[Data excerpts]
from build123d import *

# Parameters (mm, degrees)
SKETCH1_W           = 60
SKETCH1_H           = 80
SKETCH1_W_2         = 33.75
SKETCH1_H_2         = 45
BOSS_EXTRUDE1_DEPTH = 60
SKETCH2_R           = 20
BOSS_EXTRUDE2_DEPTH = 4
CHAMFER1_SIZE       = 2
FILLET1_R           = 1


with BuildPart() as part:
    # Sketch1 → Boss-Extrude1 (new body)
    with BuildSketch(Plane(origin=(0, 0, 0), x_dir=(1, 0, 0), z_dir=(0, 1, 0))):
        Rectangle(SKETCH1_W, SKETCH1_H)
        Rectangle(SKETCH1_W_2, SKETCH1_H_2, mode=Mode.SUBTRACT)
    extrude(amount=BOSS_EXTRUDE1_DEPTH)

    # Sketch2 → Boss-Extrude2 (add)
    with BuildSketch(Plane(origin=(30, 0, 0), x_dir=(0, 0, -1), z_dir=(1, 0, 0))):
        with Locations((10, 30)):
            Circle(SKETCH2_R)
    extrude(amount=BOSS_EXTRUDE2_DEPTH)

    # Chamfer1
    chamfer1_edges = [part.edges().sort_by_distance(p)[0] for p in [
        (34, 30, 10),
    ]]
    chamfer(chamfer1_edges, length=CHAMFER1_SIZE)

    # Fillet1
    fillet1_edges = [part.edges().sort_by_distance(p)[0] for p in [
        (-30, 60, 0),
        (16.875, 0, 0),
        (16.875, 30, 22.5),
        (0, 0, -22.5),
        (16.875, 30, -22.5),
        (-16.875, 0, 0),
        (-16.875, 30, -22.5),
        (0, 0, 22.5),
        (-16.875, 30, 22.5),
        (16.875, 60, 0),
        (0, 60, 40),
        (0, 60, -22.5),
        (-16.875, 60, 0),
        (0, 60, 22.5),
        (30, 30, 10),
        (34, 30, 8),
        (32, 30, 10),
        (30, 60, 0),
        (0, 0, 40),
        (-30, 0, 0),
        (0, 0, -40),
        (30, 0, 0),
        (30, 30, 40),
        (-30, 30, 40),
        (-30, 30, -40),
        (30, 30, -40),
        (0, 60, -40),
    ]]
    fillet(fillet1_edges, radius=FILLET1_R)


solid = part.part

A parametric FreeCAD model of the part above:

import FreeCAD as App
import Part
import Sketcher
from FreeCAD import Vector


def edges_at(feature, points):
    """Names of the edges that pass closest to the given points."""
    edges = feature.Shape.Edges
    near = lambda p: min(range(len(edges)), key=lambda i: edges[i].distToShape(Part.Vertex(*p))[0])
    return sorted({f"Edge{near(p) + 1}" for p in points})

doc = App.newDocument("Part")
body = doc.addObject("PartDesign::Body", "Body")

# Sketch on XZ plane
sketch1 = doc.addObject("Sketcher::SketchObject", "Sketch")
body.addObject(sketch1)
sketch1.AttachmentSupport = (doc.XZ_Plane, [""])
sketch1.MapMode = "FlatFace"
sketch1.addGeometry(Part.LineSegment(Vector(-30, -40, 0), Vector(-30, 40, 0)), False)
sketch1.addGeometry(Part.LineSegment(Vector(-30, 40, 0), Vector(30, 40, 0)), False)
sketch1.addGeometry(Part.LineSegment(Vector(30, 40, 0), Vector(30, -40, 0)), False)
sketch1.addGeometry(Part.LineSegment(Vector(30, -40, 0), Vector(-30, -40, 0)), False)
sketch1.addGeometry(Part.LineSegment(Vector(17, 22, 0), Vector(-17, 22, 0)), False)
sketch1.addGeometry(Part.LineSegment(Vector(-17, 22, 0), Vector(-17, -22, 0)), False)
sketch1.addGeometry(Part.LineSegment(Vector(-17, -22, 0), Vector(17, -22, 0)), False)
sketch1.addGeometry(Part.LineSegment(Vector(17, -22, 0), Vector(17, 22, 0)), False)
sketch1.addConstraint(Sketcher.Constraint("Coincident", 0, 2, 1, 1))
sketch1.addConstraint(Sketcher.Constraint("Coincident", 1, 2, 2, 1))
sketch1.addConstraint(Sketcher.Constraint("Coincident", 2, 2, 3, 1))
sketch1.addConstraint(Sketcher.Constraint("Coincident", 3, 2, 0, 1))
sketch1.addConstraint(Sketcher.Constraint("Coincident", 4, 2, 5, 1))
sketch1.addConstraint(Sketcher.Constraint("Coincident", 5, 2, 6, 1))
sketch1.addConstraint(Sketcher.Constraint("Coincident", 6, 2, 7, 1))
sketch1.addConstraint(Sketcher.Constraint("Coincident", 7, 2, 4, 1))
sketch1.addConstraint(Sketcher.Constraint("Vertical", 0))
sketch1.addConstraint(Sketcher.Constraint("Horizontal", 1))
sketch1.addConstraint(Sketcher.Constraint("Vertical", 2))
sketch1.addConstraint(Sketcher.Constraint("Horizontal", 3))
sketch1.addConstraint(Sketcher.Constraint("Horizontal", 4))
sketch1.addConstraint(Sketcher.Constraint("Vertical", 5))
sketch1.addConstraint(Sketcher.Constraint("Horizontal", 6))
sketch1.addConstraint(Sketcher.Constraint("Vertical", 7))
sketch1.addConstraint(Sketcher.Constraint("Symmetric", 0, 2, 2, 2, -1, 1))
sketch1.addConstraint(Sketcher.Constraint("Symmetric", 4, 2, 6, 2, -1, 1))
sketch1.addConstraint(Sketcher.Constraint("DistanceX", 1, 1, 1, 2, 60.0))
sketch1.addConstraint(Sketcher.Constraint("DistanceY", 0, 1, 0, 2, 80.0))
sketch1.addConstraint(Sketcher.Constraint("DistanceY", 5, 2, 5, 1, 45.0))
sketch1.addConstraint(Sketcher.Constraint("DistanceX", 4, 2, 4, 1, 33.75))
pad1 = doc.addObject("PartDesign::Pad", "Pad")
body.addObject(pad1)
pad1.Profile = sketch1
pad1.Length = 60
pad1.Reversed = True

# Sketch on YZ plane
sketch2 = doc.addObject("Sketcher::SketchObject", "Sketch001")
body.addObject(sketch2)
sketch2.AttachmentSupport = (doc.YZ_Plane, [""])
sketch2.MapMode = "FlatFace"
sketch2.AttachmentOffset = App.Placement(Vector(0, 0, 30), App.Rotation())
sketch2.addGeometry(Part.Circle(Vector(30, -10, 0), Vector(0, 0, 1), 20), False)
sketch2.addConstraint(Sketcher.Constraint("Diameter", 0, 40.0))
sketch2.addConstraint(Sketcher.Constraint("DistanceX", -1, 1, 0, 3, 30.0))
sketch2.addConstraint(Sketcher.Constraint("DistanceY", 0, 3, -1, 1, 10.0))
pad2 = doc.addObject("PartDesign::Pad", "Pad001")
body.addObject(pad2)
pad2.Profile = sketch2
pad2.Length = 4
doc.recompute()

chamfer = doc.addObject("PartDesign::Chamfer", "Chamfer")
body.addObject(chamfer)
chamfer.Base = (pad2, edges_at(pad2, [(34, 30, 10)]))
chamfer.Size = 2
doc.recompute()

fillet = doc.addObject("PartDesign::Fillet", "Fillet")
body.addObject(fillet)
fillet.Base = (chamfer, ["Edge1"])
fillet.UseAllEdges = True
fillet.Radius = 1

doc.recompute()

# WORK REQUEST
Copy out each line of the records that holds the string "origin".

# WORKED SOLUTION
    with BuildSketch(Plane(origin=(0, 0, 0), x_dir=(1, 0, 0), z_dir=(0, 1, 0))):
    with BuildSketch(Plane(origin=(30, 0, 0), x_dir=(0, 0, -1), z_dir=(1, 0, 0))):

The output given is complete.